Université Paris-Sorbonne Paris IV

(Revue d'histoire diplomatique 3 (2009), p. 279-285)

Parmi les études consacrées en partie à des diplomates des Temps modernes, notons celle de Cédric Michon, La Crosse et le sceptre. Les prélats d’État sous François Ier et Henri VIII, Paris, Tallandier, 2008, 383 p. L’auteur suit le parcours d’hommes qui mènent une carrière aussi bien dans l’Église que dans l’État, que certains servent en particulier dans le cadre de négociations internationales. Dans ce livre qui essaie de démêler l’influence politique de ces prélats, apparaissent de nombreuses figures d’ambassadeurs importants.

Les historiens, souvent attentifs aujourd’hui aux souverains et à la société des princes, s’intéressent aussi aux reines. Sylvène Édouard intitule Le Corps d’une reine, son Histoire singulière d’Élisabeth de Valois, 1546-1568, publiée aux Presses universitaires de Rennes en 2009, 277 p. La fille d’Henri II et de Catherine de Médicis, épouse de Philippe II d’Espagne, a inspiré Schiller et Verdi. Son mariage symbolise et accompagne la paix de 1559 et fait d’elle une « reine de la Paix », Isabel de la Paz, et en cela, elle intéresse l’histoire diplomatique. Lors de son grand voyage à travers la France, Charles IX et sa mère rencontrent la reine d’Espagne à Bayonne en 1565. Ces retrouvailles sont rares, une reine devant oublier le chemin de sa terre natale. Les fêtes étourdissantes, qui marquent cette entrevue, veulent donner l’impression d’une concorde entre les deux royaumes, mais la reine d’Espagne tente surtout de pousser sa mère à châtier les protestants de France, qui ne voient donc pas d’un bon œil cette rencontre.

Une autre reine a fait l’objet d’une ample biographie : Marie de Médicis. La reine dévoilée par Jean-François Dubost, Paris, Payot, 2009, 1039 p. Devenue régente à la mort d’Henri IV, la reine Marie veut aussi restaurer le dialogue avec les Habsbourg et J.-F. Dubost consacre ainsi un chapitre à cette diplomatie de paix, parenthèse dans la lutte entre la France et la maison d’Autriche.

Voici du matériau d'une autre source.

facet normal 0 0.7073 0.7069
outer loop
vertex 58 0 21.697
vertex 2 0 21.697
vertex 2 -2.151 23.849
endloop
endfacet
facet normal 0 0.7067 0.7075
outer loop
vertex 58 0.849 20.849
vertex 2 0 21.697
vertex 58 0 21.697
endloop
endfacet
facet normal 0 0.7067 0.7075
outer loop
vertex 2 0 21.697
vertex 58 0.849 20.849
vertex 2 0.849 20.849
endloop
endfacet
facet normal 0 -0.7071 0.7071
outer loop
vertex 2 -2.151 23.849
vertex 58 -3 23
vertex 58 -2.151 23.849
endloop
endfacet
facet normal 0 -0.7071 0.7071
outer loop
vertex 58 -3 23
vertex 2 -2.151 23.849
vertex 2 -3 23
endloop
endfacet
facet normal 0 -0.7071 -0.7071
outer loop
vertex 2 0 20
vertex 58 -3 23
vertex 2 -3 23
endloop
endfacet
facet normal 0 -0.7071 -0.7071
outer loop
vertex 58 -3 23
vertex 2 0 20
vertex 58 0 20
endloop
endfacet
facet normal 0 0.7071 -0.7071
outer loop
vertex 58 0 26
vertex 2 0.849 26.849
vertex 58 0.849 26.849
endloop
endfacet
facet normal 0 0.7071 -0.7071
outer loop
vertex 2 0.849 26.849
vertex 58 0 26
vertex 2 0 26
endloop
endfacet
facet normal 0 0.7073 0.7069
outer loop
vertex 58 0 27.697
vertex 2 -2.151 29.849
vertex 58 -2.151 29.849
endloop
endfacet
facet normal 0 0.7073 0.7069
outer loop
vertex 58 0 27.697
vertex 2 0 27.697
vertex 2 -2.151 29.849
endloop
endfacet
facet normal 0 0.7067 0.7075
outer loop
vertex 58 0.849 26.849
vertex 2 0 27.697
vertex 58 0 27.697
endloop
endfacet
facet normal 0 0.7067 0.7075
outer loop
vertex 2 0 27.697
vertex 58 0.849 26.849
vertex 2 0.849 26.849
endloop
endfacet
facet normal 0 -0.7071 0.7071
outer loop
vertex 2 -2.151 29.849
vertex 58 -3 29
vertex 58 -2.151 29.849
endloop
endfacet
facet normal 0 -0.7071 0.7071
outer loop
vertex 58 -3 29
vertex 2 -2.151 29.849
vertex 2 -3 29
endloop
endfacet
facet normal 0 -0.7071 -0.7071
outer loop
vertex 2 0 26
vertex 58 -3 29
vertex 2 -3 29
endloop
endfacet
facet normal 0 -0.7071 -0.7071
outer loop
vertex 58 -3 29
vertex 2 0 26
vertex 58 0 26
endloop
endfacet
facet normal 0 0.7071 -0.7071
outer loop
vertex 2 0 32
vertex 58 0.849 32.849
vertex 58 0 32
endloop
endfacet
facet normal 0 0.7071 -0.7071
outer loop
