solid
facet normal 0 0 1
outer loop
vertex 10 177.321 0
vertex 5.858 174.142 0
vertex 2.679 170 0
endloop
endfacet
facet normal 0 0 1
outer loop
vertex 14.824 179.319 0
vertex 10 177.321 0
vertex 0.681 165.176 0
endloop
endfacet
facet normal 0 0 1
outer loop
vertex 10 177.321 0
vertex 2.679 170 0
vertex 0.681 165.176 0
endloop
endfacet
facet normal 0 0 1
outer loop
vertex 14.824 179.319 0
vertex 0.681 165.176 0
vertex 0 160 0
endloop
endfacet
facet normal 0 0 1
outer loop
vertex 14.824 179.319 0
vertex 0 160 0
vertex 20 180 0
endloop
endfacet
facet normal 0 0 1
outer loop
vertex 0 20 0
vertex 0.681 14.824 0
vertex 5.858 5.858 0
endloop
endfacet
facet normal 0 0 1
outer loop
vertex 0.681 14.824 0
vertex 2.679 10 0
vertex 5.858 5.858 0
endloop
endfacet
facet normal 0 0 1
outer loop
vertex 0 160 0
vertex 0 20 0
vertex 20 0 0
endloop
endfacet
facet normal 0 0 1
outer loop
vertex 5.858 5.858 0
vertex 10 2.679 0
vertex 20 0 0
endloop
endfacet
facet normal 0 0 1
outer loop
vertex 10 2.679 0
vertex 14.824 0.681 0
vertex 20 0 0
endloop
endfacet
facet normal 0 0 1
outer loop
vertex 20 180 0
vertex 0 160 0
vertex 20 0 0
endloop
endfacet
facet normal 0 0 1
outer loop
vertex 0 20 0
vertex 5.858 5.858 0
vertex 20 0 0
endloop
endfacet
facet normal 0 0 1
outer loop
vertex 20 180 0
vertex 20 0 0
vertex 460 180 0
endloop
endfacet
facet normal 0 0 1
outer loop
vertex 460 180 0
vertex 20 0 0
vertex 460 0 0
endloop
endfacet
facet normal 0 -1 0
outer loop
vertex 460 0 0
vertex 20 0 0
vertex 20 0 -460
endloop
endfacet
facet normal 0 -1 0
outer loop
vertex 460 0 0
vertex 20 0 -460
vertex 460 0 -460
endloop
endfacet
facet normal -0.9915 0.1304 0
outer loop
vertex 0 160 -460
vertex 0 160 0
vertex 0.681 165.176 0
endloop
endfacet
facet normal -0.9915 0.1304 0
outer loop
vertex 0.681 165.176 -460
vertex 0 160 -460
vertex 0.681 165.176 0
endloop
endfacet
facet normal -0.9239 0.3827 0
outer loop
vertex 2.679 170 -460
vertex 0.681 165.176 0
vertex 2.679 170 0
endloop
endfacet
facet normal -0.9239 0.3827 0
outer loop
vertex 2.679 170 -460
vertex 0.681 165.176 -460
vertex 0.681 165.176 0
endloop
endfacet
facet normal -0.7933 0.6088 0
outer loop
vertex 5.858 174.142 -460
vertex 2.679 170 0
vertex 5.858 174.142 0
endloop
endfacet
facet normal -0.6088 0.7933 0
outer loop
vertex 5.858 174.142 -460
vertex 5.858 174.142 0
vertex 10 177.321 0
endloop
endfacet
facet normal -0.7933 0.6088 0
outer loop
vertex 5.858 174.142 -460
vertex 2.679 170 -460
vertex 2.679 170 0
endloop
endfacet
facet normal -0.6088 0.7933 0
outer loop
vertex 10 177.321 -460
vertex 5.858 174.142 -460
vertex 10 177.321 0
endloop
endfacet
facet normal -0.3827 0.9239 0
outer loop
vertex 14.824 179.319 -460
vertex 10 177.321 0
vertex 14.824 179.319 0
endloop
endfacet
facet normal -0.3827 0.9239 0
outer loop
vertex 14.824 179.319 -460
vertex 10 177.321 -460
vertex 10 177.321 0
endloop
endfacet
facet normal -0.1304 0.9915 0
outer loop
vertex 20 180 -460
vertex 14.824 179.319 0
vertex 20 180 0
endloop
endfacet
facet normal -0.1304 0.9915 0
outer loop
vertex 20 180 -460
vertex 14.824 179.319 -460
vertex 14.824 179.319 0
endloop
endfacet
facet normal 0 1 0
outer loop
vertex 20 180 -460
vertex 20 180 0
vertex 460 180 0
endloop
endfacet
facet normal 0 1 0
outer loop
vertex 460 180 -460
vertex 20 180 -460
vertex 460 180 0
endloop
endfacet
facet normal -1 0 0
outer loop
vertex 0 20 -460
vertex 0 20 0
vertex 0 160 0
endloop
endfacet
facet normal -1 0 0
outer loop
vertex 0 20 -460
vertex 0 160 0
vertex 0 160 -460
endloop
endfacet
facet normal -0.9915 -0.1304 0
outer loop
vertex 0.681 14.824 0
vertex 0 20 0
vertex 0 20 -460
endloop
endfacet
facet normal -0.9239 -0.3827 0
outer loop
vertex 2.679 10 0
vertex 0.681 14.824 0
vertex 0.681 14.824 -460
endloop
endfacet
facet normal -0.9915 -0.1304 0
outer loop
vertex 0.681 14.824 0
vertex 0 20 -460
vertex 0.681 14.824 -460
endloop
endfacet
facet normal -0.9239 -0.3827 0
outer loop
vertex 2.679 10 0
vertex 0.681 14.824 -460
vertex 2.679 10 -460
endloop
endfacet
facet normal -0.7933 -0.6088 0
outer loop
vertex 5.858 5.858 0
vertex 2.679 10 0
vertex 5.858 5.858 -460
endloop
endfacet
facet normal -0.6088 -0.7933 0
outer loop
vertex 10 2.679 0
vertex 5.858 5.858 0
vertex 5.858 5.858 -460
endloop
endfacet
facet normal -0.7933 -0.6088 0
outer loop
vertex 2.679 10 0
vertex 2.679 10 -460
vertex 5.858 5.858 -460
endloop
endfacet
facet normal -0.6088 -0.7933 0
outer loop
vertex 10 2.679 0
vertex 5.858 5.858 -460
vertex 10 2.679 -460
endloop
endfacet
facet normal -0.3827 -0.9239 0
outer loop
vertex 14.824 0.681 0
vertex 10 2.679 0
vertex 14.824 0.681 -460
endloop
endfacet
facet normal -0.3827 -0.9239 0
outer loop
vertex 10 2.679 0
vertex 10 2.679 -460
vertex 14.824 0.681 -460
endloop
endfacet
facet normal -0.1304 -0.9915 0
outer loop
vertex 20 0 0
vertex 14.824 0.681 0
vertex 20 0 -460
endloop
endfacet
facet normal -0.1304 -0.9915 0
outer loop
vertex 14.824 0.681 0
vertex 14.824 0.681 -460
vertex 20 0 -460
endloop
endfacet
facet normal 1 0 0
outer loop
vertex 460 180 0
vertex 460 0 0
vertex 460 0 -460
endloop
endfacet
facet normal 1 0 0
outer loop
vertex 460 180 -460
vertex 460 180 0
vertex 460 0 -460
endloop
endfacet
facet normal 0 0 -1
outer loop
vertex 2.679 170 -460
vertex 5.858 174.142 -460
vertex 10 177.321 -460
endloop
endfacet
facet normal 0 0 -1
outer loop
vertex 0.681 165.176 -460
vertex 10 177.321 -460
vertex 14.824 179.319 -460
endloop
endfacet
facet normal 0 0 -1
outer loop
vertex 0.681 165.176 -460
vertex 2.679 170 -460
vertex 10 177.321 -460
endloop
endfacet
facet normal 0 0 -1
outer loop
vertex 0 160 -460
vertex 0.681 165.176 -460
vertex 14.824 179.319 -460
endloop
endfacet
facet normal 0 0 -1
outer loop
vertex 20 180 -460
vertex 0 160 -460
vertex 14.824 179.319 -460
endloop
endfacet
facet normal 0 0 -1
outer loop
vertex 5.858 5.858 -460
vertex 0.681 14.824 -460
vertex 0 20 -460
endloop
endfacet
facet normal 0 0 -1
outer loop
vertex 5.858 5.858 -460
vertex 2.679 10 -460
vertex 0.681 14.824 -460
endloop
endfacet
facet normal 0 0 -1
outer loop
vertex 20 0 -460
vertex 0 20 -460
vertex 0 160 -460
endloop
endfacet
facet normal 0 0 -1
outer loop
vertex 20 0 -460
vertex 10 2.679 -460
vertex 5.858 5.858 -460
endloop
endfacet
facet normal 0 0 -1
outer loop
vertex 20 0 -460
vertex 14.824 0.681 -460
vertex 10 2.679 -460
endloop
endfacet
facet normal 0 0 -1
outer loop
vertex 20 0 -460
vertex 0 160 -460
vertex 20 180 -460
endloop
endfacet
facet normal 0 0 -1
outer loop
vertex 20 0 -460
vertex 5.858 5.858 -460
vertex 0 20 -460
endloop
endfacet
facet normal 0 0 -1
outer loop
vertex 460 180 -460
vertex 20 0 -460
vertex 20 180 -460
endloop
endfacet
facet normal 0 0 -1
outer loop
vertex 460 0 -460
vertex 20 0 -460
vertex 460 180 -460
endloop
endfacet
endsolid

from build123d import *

# Parameters (mm, degrees)
SKETCH1_W           = 460
SKETCH1_H           = 460
BOSS_EXTRUDE1_DEPTH = 180
FILLET1_R           = 20


with BuildPart() as part:
    # Sketch1 → Boss-Extrude1 (new body)
    with BuildSketch(Plane(origin=(0, 0, 0), x_dir=(1, 0, 0), z_dir=(0, 1, 0))):
        with Locations((230, 230)):
            Rectangle(SKETCH1_W, SKETCH1_H)
    extrude(amount=BOSS_EXTRUDE1_DEPTH)

    # Fillet1
    fillet1_edges = [part.edges().sort_by_distance(p)[0] for p in [
        (0, 180, -230),
        (0, 0, -230),
    ]]
    fillet(fillet1_edges, radius=FILLET1_R)


solid = part.part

Dans son dernier ouvrage, Mazarin’s Quest : The Congress of Westphalia and the Coming of the Fronde, publié par Harvard University Press en 2008, 307 p., Paul Sonnino décrit en détail l’engrenage des négociations en Europe autour du congrès réuni à Münster et à Osnabrück et il cherche ainsi à éclairer l’action et la réflexion de Mazarin. Trop souvent, ce cardinal romain, négociateur exceptionnel, n’est considéré que dans une perspective strictement française, alors qu’il a été choisi par Louis XIII et par Anne d’Autriche pour conduire la négociation qui doit mettre fin à la grande guerre que nous appelons guerre de Trente ans. La méthode de Paul Sonnino consiste à revenir aux sources, qu’elles soient publiées ou inédites, rassemblées dans les différents pays, afin de les comparer et d’offrir une vue générale de la situation européenne à chaque étape de l’évolution historique. P. Sonnino réalise ainsi une approche brillante et convaincante d’une période clef de l’histoire européenne : ce livre s’impose donc comme un ouvrage majeur sur la diplomatie, aussi bien que sur les relations internationales. Paul Sonnino veut également montrer comment l’action politique du Premier ministre se révèle décevante pour les élites françaises, puisque Mazarin n’obtient pas la paix générale en 1648, c’est-à-dire la fin des hostilités avec l’Espagne, tant désirée par tous les Français. Cet échec est une cause importante de la crise politique et sociale appelée Fronde.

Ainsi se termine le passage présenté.